▶ **About this exercise**: Among the entries below, extract exactly the lines that run from the one with "#60=LINE('',#58,#49);" through the one with "#81=VECTOR('',#68,1.);", both ends included.

▶ **Extracted records**:
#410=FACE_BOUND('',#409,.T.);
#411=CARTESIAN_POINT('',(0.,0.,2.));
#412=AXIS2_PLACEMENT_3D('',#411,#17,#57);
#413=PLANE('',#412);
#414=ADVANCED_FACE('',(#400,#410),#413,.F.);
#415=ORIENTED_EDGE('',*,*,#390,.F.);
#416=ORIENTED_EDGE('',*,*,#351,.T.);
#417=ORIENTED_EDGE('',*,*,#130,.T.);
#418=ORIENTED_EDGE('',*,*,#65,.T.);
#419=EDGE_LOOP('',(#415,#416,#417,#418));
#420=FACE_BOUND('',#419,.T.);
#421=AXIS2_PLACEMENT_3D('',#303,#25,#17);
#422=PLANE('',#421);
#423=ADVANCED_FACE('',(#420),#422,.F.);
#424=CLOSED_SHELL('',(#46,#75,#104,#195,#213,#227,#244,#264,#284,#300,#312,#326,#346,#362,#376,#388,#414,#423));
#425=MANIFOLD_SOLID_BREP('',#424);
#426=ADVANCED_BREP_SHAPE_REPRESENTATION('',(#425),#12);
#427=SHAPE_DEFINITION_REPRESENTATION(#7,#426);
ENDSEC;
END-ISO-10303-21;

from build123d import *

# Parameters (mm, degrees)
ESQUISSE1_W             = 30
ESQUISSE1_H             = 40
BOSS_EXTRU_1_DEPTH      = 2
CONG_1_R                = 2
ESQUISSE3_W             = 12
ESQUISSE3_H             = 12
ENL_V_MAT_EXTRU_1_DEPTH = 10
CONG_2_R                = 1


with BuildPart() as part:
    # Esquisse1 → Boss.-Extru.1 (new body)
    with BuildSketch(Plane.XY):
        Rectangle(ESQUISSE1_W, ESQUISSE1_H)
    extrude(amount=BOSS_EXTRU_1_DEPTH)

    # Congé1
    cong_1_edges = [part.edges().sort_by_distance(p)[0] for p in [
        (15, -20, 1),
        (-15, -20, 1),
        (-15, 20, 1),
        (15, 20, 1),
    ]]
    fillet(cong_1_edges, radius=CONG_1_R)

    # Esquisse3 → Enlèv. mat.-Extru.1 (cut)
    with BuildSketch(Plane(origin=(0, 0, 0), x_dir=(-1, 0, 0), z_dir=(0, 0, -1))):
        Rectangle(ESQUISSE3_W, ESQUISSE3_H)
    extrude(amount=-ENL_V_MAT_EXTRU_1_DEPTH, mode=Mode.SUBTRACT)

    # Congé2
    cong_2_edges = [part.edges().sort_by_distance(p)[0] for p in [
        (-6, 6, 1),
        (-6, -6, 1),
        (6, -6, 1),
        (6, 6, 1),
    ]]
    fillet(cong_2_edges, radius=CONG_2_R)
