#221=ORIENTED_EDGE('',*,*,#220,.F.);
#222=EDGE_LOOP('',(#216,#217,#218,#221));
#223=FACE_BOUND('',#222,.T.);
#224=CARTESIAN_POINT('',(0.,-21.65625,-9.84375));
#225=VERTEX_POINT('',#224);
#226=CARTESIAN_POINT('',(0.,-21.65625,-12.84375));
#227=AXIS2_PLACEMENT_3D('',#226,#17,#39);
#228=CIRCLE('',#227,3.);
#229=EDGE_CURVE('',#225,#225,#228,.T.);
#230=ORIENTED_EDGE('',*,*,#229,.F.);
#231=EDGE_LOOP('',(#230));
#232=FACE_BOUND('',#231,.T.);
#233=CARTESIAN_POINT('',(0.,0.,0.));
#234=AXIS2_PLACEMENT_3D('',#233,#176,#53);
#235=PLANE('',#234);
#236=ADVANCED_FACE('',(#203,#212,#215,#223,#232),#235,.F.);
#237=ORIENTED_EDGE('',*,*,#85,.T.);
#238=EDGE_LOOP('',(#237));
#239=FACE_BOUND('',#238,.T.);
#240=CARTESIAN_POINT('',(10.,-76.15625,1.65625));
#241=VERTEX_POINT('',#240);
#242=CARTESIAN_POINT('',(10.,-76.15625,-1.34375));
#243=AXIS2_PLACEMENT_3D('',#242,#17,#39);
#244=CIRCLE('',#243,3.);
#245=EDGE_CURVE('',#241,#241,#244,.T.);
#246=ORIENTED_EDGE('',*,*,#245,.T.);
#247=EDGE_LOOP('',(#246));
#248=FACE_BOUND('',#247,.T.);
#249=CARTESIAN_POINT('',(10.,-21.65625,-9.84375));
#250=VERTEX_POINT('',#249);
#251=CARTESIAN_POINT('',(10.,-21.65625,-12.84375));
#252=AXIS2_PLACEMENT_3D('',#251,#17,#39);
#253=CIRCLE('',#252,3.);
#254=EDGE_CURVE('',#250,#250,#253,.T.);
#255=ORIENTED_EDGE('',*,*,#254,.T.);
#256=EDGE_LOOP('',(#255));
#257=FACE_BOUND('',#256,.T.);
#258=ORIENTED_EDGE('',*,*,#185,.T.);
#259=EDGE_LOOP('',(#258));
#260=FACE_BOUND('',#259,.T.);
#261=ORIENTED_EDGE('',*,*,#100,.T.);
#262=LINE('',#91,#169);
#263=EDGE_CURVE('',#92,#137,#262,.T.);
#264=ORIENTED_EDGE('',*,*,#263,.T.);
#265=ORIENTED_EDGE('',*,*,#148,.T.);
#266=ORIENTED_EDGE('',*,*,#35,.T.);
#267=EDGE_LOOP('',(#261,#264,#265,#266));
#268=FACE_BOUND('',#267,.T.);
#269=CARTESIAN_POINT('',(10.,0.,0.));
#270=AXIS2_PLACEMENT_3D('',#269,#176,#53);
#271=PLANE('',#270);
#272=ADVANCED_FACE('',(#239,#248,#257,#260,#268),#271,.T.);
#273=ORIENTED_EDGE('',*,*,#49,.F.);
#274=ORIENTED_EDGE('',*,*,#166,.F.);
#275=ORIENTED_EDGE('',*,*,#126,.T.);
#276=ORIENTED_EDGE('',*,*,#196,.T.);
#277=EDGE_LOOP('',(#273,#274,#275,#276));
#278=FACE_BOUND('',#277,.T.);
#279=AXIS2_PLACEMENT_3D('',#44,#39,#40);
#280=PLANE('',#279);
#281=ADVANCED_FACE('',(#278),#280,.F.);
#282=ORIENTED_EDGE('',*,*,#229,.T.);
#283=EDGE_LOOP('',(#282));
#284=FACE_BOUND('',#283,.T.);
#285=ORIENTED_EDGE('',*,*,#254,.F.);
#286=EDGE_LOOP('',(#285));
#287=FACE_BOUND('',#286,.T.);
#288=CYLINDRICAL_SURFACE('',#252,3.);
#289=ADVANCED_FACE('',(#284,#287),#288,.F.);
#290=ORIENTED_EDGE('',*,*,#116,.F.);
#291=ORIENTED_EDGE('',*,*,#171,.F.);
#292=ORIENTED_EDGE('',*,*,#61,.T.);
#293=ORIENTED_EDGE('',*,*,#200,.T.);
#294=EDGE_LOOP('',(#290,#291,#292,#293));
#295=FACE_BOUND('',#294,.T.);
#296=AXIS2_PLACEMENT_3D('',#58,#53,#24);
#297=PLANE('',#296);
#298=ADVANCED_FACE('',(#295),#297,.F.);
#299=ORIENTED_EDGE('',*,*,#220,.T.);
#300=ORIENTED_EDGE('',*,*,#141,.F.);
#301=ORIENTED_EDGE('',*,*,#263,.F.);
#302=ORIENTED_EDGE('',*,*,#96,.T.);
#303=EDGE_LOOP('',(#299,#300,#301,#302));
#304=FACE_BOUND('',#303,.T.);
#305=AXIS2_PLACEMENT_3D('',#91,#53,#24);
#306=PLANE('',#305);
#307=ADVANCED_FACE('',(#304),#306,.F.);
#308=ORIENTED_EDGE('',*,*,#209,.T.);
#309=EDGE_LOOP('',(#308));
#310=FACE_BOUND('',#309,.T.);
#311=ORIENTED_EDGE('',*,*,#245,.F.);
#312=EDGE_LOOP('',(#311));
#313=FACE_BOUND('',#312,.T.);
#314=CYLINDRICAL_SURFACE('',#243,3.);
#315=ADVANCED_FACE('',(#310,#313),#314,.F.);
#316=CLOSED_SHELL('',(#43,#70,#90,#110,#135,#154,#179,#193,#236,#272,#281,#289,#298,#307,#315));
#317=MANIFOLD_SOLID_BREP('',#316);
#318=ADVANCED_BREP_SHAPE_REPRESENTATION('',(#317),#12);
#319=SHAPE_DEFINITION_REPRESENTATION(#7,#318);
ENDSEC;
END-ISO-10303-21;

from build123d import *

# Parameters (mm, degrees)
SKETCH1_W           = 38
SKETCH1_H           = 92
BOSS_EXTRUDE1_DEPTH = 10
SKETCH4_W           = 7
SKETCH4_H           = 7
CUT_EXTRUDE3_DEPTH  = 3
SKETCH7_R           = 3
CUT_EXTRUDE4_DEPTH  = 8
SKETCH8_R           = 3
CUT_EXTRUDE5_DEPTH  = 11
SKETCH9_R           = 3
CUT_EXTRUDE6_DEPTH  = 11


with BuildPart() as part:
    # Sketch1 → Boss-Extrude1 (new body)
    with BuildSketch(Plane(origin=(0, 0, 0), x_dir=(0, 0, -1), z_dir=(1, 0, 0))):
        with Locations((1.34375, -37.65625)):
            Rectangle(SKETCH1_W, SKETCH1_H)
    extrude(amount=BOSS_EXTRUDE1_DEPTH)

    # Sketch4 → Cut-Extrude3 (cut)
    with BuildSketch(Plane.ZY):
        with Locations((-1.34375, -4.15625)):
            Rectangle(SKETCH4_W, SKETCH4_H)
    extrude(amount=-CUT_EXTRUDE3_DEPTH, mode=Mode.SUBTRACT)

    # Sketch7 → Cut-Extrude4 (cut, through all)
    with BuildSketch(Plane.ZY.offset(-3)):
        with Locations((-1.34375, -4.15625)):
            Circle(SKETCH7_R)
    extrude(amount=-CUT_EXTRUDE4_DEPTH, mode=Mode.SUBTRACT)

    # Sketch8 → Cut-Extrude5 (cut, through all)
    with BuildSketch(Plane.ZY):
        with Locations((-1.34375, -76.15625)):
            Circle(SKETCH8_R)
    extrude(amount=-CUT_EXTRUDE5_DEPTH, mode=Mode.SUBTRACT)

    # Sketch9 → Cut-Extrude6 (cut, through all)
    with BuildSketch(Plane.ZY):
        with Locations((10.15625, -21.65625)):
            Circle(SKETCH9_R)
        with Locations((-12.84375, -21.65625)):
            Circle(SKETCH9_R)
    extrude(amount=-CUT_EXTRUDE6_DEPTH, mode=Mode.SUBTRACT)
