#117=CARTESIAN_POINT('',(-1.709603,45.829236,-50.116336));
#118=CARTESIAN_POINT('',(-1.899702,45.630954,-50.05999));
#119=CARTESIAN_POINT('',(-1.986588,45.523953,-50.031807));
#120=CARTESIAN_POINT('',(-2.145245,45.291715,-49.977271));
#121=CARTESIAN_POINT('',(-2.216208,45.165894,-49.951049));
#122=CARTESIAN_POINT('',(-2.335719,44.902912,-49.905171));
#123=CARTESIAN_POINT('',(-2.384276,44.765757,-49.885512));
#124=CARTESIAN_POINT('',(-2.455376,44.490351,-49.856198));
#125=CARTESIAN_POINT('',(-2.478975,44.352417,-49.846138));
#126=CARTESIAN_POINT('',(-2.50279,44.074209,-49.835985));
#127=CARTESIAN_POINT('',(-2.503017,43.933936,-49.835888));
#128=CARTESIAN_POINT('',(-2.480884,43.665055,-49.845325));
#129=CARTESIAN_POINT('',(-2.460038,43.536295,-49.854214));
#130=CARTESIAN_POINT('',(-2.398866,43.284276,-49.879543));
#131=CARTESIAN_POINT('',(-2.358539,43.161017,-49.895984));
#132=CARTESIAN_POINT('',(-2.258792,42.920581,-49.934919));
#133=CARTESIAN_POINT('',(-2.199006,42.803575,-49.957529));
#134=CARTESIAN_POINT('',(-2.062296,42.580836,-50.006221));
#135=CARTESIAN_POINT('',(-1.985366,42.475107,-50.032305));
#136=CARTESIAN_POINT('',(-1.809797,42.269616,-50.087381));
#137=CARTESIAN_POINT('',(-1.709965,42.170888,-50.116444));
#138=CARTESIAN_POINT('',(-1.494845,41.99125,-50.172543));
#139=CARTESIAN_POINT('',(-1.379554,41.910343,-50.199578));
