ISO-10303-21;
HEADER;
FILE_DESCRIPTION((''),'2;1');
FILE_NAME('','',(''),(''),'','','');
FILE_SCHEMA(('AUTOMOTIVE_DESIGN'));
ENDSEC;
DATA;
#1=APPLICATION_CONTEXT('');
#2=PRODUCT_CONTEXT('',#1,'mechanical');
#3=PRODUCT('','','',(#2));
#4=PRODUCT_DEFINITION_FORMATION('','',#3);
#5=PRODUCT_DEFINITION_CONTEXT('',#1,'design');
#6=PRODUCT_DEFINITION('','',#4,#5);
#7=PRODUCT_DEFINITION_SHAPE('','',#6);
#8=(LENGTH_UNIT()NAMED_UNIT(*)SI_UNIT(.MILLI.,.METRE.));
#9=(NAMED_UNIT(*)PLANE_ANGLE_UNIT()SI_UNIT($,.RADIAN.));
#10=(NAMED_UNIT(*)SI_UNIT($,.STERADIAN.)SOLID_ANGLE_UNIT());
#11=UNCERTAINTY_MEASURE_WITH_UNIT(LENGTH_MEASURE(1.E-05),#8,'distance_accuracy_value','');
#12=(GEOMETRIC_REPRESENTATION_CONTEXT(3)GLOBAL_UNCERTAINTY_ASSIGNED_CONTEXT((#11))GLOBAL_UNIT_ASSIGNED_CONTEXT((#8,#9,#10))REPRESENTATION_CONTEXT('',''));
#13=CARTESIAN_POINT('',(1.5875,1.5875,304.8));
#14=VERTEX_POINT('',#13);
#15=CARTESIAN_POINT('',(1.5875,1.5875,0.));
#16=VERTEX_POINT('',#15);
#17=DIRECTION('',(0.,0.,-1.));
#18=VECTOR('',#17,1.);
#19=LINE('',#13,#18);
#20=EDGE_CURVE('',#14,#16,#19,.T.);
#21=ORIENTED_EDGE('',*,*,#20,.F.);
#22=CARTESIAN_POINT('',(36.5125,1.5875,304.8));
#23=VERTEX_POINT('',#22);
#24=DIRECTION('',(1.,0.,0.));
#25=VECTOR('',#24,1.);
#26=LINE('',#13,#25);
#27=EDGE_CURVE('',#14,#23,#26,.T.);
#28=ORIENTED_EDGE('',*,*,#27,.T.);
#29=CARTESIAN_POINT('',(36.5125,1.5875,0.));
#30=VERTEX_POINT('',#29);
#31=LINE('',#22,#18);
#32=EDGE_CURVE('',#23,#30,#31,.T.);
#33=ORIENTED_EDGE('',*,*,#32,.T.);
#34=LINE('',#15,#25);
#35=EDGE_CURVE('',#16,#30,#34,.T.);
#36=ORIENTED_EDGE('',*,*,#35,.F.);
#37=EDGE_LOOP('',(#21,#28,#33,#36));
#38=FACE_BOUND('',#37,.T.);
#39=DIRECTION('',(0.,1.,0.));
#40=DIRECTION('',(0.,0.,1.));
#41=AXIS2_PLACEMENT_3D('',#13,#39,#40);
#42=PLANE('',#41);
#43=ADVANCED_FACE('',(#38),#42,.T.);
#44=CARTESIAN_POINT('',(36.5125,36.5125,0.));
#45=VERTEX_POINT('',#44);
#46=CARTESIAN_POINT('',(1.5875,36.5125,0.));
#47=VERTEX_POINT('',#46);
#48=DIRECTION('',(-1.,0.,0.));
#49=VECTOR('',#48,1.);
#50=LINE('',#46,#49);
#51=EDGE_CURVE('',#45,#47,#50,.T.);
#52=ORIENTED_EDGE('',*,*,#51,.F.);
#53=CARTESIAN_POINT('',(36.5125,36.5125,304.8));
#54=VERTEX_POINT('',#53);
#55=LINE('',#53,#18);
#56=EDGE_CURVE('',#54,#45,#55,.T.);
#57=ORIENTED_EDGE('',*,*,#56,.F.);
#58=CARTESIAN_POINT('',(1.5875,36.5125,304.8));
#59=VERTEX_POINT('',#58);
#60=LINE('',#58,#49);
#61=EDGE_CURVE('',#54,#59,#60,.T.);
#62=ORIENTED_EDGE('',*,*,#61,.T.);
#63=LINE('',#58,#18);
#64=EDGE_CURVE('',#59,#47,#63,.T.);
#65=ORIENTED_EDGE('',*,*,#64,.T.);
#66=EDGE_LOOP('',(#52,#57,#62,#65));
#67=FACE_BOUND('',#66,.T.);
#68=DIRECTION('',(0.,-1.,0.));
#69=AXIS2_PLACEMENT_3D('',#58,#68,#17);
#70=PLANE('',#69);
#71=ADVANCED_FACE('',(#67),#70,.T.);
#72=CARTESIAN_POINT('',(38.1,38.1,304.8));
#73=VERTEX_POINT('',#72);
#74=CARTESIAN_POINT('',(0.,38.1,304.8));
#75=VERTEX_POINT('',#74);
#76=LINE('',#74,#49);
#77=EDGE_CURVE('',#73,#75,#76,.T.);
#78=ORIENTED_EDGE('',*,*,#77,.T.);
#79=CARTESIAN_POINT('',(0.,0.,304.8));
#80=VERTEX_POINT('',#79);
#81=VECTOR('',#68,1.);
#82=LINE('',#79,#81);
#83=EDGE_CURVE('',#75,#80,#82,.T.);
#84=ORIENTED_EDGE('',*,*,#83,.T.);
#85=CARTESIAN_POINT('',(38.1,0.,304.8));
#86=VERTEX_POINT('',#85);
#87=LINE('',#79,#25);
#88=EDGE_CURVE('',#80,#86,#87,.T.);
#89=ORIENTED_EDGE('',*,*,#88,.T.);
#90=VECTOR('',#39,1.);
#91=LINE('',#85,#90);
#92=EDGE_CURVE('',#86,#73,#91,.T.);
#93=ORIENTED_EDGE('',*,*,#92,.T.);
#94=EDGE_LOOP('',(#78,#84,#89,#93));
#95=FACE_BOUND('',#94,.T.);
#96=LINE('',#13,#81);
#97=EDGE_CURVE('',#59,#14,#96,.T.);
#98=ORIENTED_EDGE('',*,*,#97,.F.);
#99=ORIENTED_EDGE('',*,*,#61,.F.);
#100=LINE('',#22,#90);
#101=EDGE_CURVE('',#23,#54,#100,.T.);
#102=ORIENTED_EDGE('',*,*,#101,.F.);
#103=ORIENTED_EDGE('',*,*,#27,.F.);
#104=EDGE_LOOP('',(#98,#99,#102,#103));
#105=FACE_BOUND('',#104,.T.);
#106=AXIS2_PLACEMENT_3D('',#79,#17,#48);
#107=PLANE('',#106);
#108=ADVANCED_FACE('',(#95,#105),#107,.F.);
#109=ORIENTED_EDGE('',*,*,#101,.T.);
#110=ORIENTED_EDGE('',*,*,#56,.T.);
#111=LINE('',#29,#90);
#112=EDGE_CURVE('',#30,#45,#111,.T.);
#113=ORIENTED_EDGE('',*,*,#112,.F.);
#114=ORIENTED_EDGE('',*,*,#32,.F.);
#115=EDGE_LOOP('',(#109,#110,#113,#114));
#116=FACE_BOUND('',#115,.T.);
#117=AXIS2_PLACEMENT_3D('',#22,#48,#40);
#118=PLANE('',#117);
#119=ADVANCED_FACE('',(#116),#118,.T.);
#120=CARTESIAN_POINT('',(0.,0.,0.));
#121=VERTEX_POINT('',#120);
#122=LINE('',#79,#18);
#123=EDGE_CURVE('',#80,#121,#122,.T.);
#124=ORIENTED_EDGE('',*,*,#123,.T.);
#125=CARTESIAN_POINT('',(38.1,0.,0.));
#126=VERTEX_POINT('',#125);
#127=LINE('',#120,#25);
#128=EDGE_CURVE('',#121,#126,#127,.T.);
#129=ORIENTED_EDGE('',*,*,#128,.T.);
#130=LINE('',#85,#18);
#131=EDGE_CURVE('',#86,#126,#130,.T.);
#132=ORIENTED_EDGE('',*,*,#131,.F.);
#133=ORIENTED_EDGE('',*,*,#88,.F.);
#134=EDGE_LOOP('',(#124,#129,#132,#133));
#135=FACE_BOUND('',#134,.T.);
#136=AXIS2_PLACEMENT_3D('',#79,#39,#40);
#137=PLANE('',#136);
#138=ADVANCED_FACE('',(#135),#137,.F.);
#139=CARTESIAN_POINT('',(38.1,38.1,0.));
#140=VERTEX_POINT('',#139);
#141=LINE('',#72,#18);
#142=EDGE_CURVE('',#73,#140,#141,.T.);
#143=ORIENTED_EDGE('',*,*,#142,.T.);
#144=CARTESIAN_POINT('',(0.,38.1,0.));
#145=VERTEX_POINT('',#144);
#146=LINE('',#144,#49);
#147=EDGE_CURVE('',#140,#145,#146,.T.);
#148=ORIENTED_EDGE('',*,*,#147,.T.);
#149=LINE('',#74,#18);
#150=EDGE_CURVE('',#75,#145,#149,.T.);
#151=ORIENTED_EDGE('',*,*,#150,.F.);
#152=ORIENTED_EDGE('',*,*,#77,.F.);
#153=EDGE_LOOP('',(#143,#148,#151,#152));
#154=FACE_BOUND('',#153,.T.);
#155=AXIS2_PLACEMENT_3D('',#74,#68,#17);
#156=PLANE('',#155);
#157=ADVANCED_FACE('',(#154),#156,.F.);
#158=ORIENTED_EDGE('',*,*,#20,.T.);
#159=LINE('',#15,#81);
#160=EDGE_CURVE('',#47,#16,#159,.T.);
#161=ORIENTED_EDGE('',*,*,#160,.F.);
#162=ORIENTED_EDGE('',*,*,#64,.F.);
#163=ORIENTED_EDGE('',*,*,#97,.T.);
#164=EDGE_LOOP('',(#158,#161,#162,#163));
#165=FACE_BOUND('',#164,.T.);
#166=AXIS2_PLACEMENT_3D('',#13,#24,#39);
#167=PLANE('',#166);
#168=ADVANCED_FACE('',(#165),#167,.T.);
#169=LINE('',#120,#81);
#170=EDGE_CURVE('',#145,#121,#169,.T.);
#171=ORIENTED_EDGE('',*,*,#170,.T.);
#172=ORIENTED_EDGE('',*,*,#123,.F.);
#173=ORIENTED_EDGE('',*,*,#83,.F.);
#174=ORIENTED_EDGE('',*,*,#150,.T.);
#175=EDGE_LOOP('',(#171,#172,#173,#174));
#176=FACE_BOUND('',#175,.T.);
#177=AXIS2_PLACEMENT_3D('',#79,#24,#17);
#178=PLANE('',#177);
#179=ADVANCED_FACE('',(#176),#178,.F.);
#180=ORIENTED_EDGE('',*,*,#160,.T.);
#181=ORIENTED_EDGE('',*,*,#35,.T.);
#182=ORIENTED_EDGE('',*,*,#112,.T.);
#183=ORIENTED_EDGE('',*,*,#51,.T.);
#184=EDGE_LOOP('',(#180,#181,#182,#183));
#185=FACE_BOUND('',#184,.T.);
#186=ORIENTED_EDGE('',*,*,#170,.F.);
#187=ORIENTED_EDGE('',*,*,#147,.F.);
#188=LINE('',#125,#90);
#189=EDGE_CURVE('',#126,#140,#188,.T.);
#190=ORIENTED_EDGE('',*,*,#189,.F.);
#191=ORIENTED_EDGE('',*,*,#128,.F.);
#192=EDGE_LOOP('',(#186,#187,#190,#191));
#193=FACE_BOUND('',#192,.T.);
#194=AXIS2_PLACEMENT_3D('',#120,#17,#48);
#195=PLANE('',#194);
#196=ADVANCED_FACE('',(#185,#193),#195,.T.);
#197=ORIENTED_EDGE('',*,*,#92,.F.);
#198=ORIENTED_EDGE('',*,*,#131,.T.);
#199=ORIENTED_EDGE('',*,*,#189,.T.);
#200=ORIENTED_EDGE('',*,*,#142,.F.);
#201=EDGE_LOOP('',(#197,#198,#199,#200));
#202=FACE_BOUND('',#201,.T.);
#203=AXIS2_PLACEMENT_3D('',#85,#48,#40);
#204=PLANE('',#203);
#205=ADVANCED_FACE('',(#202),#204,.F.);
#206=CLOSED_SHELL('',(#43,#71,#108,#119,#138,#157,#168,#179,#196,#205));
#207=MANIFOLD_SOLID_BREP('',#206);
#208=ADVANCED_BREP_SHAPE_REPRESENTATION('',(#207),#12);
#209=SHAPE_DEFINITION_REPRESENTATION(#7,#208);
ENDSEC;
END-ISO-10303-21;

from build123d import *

# Parameters (mm, degrees)
SKETCH2_W           = 38.1
SKETCH2_H           = 38.1
SKETCH2_W_2         = 34.925
SKETCH2_H_2         = 34.925
BOSS_EXTRUDE1_DEPTH = 304.8


with BuildPart() as part:
    # Sketch2 → Boss-Extrude1 (new body)
    with BuildSketch(Plane.XY):
        with Locations((19.05, 19.05)):
            Rectangle(SKETCH2_W, SKETCH2_H)
        with Locations((19.05, 19.05)):
            Rectangle(SKETCH2_W_2, SKETCH2_H_2, mode=Mode.SUBTRACT)
    extrude(amount=BOSS_EXTRUDE1_DEPTH)


solid = part.part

▶ **Written answer**:
#60=LINE('',#58,#49);
#61=EDGE_CURVE('',#54,#59,#60,.T.);
#62=ORIENTED_EDGE('',*,*,#61,.T.);
#63=LINE('',#58,#18);
#64=EDGE_CURVE('',#59,#47,#63,.T.);
#65=ORIENTED_EDGE('',*,*,#64,.T.);
#66=EDGE_LOOP('',(#52,#57,#62,#65));
#67=FACE_BOUND('',#66,.T.);
#68=DIRECTION('',(0.,-1.,0.));
#69=AXIS2_PLACEMENT_3D('',#58,#68,#17);
#70=PLANE('',#69);
#71=ADVANCED_FACE('',(#67),#70,.T.);
#72=CARTESIAN_POINT('',(38.1,38.1,304.8));
#73=VERTEX_POINT('',#72);
#74=CARTESIAN_POINT('',(0.,38.1,304.8));
#75=VERTEX_POINT('',#74);
#76=LINE('',#74,#49);
#77=EDGE_CURVE('',#73,#75,#76,.T.);
#78=ORIENTED_EDGE('',*,*,#77,.T.);
#79=CARTESIAN_POINT('',(0.,0.,304.8));
#80=VERTEX_POINT('',#79);
#81=VECTOR('',#68,1.);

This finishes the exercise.